'''

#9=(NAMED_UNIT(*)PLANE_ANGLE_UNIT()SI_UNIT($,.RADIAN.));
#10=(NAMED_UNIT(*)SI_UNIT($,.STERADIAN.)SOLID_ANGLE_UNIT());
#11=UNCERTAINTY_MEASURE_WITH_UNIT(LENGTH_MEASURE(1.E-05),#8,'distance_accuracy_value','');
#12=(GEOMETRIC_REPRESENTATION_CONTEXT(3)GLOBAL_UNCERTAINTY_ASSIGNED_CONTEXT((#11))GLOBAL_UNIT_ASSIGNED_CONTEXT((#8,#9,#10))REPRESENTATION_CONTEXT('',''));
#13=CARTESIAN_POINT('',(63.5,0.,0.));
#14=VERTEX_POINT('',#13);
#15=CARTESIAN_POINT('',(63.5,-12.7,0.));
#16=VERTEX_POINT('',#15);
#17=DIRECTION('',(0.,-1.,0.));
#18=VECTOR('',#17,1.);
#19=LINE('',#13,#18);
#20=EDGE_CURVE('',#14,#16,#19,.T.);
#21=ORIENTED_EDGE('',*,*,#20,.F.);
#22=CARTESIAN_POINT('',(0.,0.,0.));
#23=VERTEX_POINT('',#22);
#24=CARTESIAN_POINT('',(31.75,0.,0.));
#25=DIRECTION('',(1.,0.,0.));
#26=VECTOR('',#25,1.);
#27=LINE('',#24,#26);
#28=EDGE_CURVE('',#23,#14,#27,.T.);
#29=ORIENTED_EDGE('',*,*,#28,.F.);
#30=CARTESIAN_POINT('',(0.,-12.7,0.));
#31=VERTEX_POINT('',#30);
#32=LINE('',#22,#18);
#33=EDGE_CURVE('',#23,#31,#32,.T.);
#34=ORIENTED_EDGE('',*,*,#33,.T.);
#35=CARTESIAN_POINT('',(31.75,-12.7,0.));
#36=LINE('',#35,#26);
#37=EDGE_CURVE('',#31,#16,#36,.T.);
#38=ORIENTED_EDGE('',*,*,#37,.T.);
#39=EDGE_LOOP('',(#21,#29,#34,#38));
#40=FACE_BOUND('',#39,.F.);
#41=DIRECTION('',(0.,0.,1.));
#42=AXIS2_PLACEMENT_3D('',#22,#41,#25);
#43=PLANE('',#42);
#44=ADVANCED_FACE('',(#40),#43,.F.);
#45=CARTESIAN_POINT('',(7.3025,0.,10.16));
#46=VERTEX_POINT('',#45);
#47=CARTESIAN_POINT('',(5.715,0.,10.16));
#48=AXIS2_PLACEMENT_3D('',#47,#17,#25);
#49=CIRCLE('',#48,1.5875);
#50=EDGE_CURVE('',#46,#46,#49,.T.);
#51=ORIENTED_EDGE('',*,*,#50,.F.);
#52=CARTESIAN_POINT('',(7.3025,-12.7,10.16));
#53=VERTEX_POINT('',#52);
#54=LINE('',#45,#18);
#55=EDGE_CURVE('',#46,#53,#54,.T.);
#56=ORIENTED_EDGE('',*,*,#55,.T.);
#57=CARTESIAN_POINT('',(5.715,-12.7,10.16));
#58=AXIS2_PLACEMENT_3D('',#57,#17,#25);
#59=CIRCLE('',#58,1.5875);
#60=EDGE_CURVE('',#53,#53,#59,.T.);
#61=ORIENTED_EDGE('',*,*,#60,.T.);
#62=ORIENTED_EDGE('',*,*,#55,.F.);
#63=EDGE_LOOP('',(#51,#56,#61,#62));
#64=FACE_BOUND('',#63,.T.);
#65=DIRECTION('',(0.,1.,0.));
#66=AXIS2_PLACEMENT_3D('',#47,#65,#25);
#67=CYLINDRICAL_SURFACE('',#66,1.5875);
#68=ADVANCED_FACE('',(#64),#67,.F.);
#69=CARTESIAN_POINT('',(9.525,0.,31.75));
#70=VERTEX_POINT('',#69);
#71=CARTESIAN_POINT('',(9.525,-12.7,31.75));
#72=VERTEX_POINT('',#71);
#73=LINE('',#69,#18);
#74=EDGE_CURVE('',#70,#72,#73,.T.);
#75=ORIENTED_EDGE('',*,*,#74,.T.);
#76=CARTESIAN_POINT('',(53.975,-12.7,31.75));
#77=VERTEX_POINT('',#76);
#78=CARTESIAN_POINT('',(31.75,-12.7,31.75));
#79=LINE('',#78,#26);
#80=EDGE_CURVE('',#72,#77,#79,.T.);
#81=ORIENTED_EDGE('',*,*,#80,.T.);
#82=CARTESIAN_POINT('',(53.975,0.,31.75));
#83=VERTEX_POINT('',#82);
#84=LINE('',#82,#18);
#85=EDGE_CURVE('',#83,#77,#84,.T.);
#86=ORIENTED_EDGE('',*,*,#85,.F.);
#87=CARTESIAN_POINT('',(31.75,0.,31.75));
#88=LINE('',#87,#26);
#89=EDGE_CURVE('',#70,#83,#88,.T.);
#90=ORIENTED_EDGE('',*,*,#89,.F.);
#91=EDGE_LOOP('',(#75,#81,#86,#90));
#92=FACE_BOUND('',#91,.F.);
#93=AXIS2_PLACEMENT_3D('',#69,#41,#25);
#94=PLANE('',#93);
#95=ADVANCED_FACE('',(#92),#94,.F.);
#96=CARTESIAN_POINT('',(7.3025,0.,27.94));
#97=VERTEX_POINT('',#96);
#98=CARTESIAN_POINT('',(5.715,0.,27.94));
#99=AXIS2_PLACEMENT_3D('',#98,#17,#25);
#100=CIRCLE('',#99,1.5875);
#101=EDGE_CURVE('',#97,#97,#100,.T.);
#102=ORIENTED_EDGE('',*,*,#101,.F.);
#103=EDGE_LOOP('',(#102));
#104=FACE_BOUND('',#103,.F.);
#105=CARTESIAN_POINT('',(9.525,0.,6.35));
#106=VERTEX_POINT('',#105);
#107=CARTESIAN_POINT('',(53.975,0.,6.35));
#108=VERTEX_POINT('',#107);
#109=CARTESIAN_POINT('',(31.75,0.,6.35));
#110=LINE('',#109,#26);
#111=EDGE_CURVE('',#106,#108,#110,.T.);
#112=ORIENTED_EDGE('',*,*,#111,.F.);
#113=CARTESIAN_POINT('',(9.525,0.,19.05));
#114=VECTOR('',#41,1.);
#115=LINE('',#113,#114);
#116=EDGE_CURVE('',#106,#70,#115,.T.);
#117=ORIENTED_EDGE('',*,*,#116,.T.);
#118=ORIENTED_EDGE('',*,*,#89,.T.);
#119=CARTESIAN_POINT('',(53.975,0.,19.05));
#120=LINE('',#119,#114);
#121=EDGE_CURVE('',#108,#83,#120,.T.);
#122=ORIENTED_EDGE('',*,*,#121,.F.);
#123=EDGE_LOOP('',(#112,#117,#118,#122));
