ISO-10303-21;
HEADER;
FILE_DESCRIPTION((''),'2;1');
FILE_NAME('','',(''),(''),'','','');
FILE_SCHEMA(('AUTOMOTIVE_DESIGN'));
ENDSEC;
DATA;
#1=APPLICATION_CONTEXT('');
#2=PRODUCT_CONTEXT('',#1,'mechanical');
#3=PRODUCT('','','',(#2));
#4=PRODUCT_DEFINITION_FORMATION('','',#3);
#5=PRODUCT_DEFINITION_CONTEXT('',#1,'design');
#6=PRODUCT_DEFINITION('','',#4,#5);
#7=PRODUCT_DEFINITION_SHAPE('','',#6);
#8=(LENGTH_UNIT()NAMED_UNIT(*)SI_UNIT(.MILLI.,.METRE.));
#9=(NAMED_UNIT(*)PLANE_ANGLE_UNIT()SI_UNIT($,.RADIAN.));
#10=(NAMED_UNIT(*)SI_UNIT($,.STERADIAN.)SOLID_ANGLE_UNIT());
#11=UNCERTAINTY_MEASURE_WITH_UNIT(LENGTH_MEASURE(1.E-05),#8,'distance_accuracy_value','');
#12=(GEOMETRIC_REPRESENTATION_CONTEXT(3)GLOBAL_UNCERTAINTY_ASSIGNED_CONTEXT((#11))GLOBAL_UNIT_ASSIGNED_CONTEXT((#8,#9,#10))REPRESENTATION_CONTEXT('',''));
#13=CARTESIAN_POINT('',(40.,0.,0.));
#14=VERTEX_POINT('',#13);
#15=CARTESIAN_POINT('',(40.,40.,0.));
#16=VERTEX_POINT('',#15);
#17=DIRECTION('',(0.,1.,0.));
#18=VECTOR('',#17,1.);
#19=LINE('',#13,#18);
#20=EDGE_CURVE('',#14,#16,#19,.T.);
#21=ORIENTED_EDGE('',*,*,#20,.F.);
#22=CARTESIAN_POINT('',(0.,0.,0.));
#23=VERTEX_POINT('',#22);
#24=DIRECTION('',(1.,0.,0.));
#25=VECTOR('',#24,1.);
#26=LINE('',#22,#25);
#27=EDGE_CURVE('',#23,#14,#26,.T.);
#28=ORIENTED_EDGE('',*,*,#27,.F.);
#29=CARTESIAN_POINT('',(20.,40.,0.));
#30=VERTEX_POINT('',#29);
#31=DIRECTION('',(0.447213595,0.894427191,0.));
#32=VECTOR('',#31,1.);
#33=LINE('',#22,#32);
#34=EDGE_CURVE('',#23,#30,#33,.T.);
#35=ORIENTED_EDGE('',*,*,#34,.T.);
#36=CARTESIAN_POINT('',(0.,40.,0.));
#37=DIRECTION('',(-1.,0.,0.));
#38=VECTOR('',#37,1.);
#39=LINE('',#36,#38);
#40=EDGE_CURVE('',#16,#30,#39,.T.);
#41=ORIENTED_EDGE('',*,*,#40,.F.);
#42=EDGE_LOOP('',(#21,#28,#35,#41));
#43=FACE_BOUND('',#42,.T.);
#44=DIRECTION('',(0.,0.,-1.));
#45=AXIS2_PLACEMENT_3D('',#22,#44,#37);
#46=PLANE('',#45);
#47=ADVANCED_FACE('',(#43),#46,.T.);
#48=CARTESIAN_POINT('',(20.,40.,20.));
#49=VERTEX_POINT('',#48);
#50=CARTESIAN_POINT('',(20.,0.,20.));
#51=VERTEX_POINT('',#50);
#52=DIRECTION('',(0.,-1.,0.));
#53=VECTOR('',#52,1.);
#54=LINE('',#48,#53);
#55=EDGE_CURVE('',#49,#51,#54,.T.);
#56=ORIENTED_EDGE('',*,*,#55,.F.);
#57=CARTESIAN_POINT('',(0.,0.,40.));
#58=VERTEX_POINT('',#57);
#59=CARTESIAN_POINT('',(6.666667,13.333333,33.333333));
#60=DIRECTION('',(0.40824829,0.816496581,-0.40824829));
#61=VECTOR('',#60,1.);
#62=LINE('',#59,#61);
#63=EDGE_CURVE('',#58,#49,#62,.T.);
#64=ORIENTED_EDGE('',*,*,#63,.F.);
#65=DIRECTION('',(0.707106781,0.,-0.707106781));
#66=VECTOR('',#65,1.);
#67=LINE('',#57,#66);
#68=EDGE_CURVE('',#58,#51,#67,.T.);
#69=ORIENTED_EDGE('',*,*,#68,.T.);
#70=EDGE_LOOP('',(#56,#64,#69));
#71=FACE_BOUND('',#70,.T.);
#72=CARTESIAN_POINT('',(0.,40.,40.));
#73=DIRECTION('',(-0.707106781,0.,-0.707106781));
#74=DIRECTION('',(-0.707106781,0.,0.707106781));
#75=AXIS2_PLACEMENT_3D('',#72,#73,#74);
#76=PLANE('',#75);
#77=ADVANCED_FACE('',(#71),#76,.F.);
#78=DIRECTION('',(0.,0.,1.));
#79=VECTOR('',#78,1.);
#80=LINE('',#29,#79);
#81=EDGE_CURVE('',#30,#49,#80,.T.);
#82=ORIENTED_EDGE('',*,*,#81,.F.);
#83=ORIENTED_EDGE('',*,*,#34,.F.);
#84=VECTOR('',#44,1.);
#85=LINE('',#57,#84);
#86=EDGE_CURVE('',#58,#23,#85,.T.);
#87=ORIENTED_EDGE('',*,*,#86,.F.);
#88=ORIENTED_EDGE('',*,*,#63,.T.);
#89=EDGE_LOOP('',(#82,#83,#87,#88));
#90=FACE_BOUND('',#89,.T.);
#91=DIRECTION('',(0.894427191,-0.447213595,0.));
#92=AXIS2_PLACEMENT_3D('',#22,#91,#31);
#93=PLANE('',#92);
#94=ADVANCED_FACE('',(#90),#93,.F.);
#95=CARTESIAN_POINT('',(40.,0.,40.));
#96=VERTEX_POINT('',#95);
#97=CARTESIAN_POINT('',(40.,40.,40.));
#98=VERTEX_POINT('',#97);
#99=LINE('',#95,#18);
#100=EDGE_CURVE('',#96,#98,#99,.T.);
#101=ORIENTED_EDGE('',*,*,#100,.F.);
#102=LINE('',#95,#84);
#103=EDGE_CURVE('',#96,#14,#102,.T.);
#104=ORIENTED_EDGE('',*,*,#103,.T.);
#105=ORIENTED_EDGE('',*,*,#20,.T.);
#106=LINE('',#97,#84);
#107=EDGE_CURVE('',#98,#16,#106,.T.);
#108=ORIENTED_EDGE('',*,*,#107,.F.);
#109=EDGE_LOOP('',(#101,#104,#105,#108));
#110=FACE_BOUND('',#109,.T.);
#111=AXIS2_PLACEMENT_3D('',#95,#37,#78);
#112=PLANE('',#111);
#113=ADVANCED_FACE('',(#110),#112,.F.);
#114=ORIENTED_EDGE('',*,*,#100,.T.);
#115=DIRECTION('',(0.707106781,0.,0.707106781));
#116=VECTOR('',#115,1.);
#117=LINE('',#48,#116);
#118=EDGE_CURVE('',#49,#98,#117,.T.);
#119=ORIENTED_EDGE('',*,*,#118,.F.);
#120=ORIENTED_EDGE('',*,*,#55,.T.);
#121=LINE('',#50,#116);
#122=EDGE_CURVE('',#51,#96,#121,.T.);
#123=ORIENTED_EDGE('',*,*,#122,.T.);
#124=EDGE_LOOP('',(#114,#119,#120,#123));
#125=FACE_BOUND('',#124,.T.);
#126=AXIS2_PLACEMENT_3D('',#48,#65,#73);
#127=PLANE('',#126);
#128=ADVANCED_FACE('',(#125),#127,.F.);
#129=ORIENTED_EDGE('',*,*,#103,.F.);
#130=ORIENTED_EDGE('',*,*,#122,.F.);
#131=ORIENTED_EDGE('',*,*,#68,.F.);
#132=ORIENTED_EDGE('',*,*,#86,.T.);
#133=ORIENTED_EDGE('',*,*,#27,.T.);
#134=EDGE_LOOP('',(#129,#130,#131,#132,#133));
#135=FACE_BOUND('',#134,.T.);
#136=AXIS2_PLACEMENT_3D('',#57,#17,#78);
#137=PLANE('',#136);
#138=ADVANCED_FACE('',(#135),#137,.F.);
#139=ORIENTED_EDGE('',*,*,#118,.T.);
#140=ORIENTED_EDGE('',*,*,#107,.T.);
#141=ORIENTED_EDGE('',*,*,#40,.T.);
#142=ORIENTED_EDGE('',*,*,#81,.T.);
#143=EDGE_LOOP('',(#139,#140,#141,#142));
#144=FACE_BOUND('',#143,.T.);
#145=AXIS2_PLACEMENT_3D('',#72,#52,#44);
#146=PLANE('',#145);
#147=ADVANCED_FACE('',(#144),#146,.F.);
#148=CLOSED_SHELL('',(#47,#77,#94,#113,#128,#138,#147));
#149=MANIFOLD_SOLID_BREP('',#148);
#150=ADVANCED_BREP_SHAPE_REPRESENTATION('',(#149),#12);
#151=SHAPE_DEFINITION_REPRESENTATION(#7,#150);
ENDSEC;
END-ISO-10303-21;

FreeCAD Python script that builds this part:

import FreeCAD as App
import Part
import Sketcher

V = App.Vector


def add_polygon(sketch, points):
    """Adds a closed chain of lines whose ends are joined by coincident constraints."""
    first, n = sketch.GeometryCount, len(points)
    for a, b in zip(points, points[1:] + points[:1]):
        sketch.addGeometry(Part.LineSegment(App.Vector(*a, 0), App.Vector(*b, 0)), False)
    for i in range(n):
        sketch.addConstraint(Sketcher.Constraint("Coincident", first + i, 2, first + (i + 1) % n, 1))

doc = App.newDocument("Part")
body = doc.addObject("PartDesign::Body", "Body")

sketch1 = body.newObject("Sketcher::SketchObject", "Sketch")
sketch1.AttachmentSupport = (doc.getObject("XY_Plane"), [""])
sketch1.MapMode = "FlatFace"
add_polygon(sketch1, [(0, 40), (0, 0), (40, 0), (40, 40)])
sketch1.addConstraint(Sketcher.Constraint("Vertical", 0))
sketch1.addConstraint(Sketcher.Constraint("Horizontal", 1))
sketch1.addConstraint(Sketcher.Constraint("Vertical", 2))
sketch1.addConstraint(Sketcher.Constraint("Horizontal", 3))
sketch1.addConstraint(Sketcher.Constraint("Coincident", 0, 2, -1, 1))
sketch1.addConstraint(Sketcher.Constraint("Equal", 3, 0))
sketch1.addConstraint(Sketcher.Constraint("DistanceX", 1, 1, 1, 2, 40.0))
pad1 = body.newObject("PartDesign::Pad", "Pad")
pad1.Profile = sketch1
pad1.Length = 40

sketch2 = body.newObject("Sketcher::SketchObject", "Sketch001")
sketch2.AttachmentSupport = (doc.getObject("XY_Plane"), [""])
sketch2.MapMode = "FlatFace"
sketch2.AttachmentOffset = App.Placement(V(0, 0, 40), App.Rotation())
add_polygon(sketch2, [(0, 0), (20, 40), (0, 40)])
sketch2.addConstraint(Sketcher.Constraint("Horizontal", 1))
sketch2.addConstraint(Sketcher.Constraint("Vertical", 2))
sketch2.addConstraint(Sketcher.Constraint("Coincident", 2, 2, -1, 1))
sketch2.addConstraint(Sketcher.Constraint("DistanceX", 1, 2, 1, 1, 20.0))
sketch2.addConstraint(Sketcher.Constraint("DistanceY", 2, 2, 2, 1, 40.0))
pocket1 = body.newObject("PartDesign::Pocket", "Pocket")
pocket1.Profile = sketch2
pocket1.Length = 40

sketch3 = body.newObject("Sketcher::SketchObject", "Sketch002")
sketch3.AttachmentSupport = (doc.getObject("XZ_Plane"), [""])
sketch3.MapMode = "FlatFace"
add_polygon(sketch3, [(0, 40), (20, 20), (40, 40)])
sketch3.addConstraint(Sketcher.Constraint("Horizontal", 2))
sketch3.addConstraint(Sketcher.Constraint("PointOnObject", 2, 2, -2))
sketch3.addConstraint(Sketcher.Constraint("Perpendicular", 0, 1))
sketch3.addConstraint(Sketcher.Constraint("Equal", 0, 1))
sketch3.addConstraint(Sketcher.Constraint("DistanceX", 2, 2, 2, 1, 40.0))
sketch3.addConstraint(Sketcher.Constraint("DistanceY", -1, 1, 0, 2, 20.0))
pocket2 = body.newObject("PartDesign::Pocket", "Pocket001")
pocket2.Profile = sketch3
pocket2.Length = 40

doc.recompute()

'''

- **Action item**
Copy the lines of the data above exactly as written, beginning with the line containing "#34=EDGE_CURVE('',#23,#30,#33,.T.);" and ending with the line containing "#93=PLANE('',#92);", and leave out all other lines.

- **Answer for the task**
#34=EDGE_CURVE('',#23,#30,#33,.T.);
#35=ORIENTED_EDGE('',*,*,#34,.T.);
#36=CARTESIAN_POINT('',(0.,40.,0.));
#37=DIRECTION('',(-1.,0.,0.));
#38=VECTOR('',#37,1.);
#39=LINE('',#36,#38);
#40=EDGE_CURVE('',#16,#30,#39,.T.);
#41=ORIENTED_EDGE('',*,*,#40,.F.);
#42=EDGE_LOOP('',(#21,#28,#35,#41));
#43=FACE_BOUND('',#42,.T.);
#44=DIRECTION('',(0.,0.,-1.));
#45=AXIS2_PLACEMENT_3D('',#22,#44,#37);
#46=PLANE('',#45);
#47=ADVANCED_FACE('',(#43),#46,.T.);
#48=CARTESIAN_POINT('',(20.,40.,20.));
#49=VERTEX_POINT('',#48);
#50=CARTESIAN_POINT('',(20.,0.,20.));
#51=VERTEX_POINT('',#50);
#52=DIRECTION('',(0.,-1.,0.));
#53=VECTOR('',#52,1.);
#54=LINE('',#48,#53);
#55=EDGE_CURVE('',#49,#51,#54,.T.);
#56=ORIENTED_EDGE('',*,*,#55,.F.);
#57=CARTESIAN_POINT('',(0.,0.,40.));
#58=VERTEX_POINT('',#57);
#59=CARTESIAN_POINT('',(6.666667,13.333333,33.333333));
#60=DIRECTION('',(0.40824829,0.816496581,-0.40824829));
#61=VECTOR('',#60,1.);
#62=LINE('',#59,#61);
#63=EDGE_CURVE('',#58,#49,#62,.T.);
#64=ORIENTED_EDGE('',*,*,#63,.F.);
#65=DIRECTION('',(0.707106781,0.,-0.707106781));
#66=VECTOR('',#65,1.);
#67=LINE('',#57,#66);
#68=EDGE_CURVE('',#58,#51,#67,.T.);
#69=ORIENTED_EDGE('',*,*,#68,.T.);
#70=EDGE_LOOP('',(#56,#64,#69));
#71=FACE_BOUND('',#70,.T.);
#72=CARTESIAN_POINT('',(0.,40.,40.));
#73=DIRECTION('',(-0.707106781,0.,-0.707106781));
#74=DIRECTION('',(-0.707106781,0.,0.707106781));
#75=AXIS2_PLACEMENT_3D('',#72,#73,#74);
#76=PLANE('',#75);
#77=ADVANCED_FACE('',(#71),#76,.F.);
#78=DIRECTION('',(0.,0.,1.));
#79=VECTOR('',#78,1.);
#80=LINE('',#29,#79);
#81=EDGE_CURVE('',#30,#49,#80,.T.);
#82=ORIENTED_EDGE('',*,*,#81,.F.);
#83=ORIENTED_EDGE('',*,*,#34,.F.);
#84=VECTOR('',#44,1.);
#85=LINE('',#57,#84);
#86=EDGE_CURVE('',#58,#23,#85,.T.);
#87=ORIENTED_EDGE('',*,*,#86,.F.);
#88=ORIENTED_EDGE('',*,*,#63,.T.);
#89=EDGE_LOOP('',(#82,#83,#87,#88));
#90=FACE_BOUND('',#89,.T.);
#91=DIRECTION('',(0.894427191,-0.447213595,0.));
#92=AXIS2_PLACEMENT_3D('',#22,#91,#31);
#93=PLANE('',#92);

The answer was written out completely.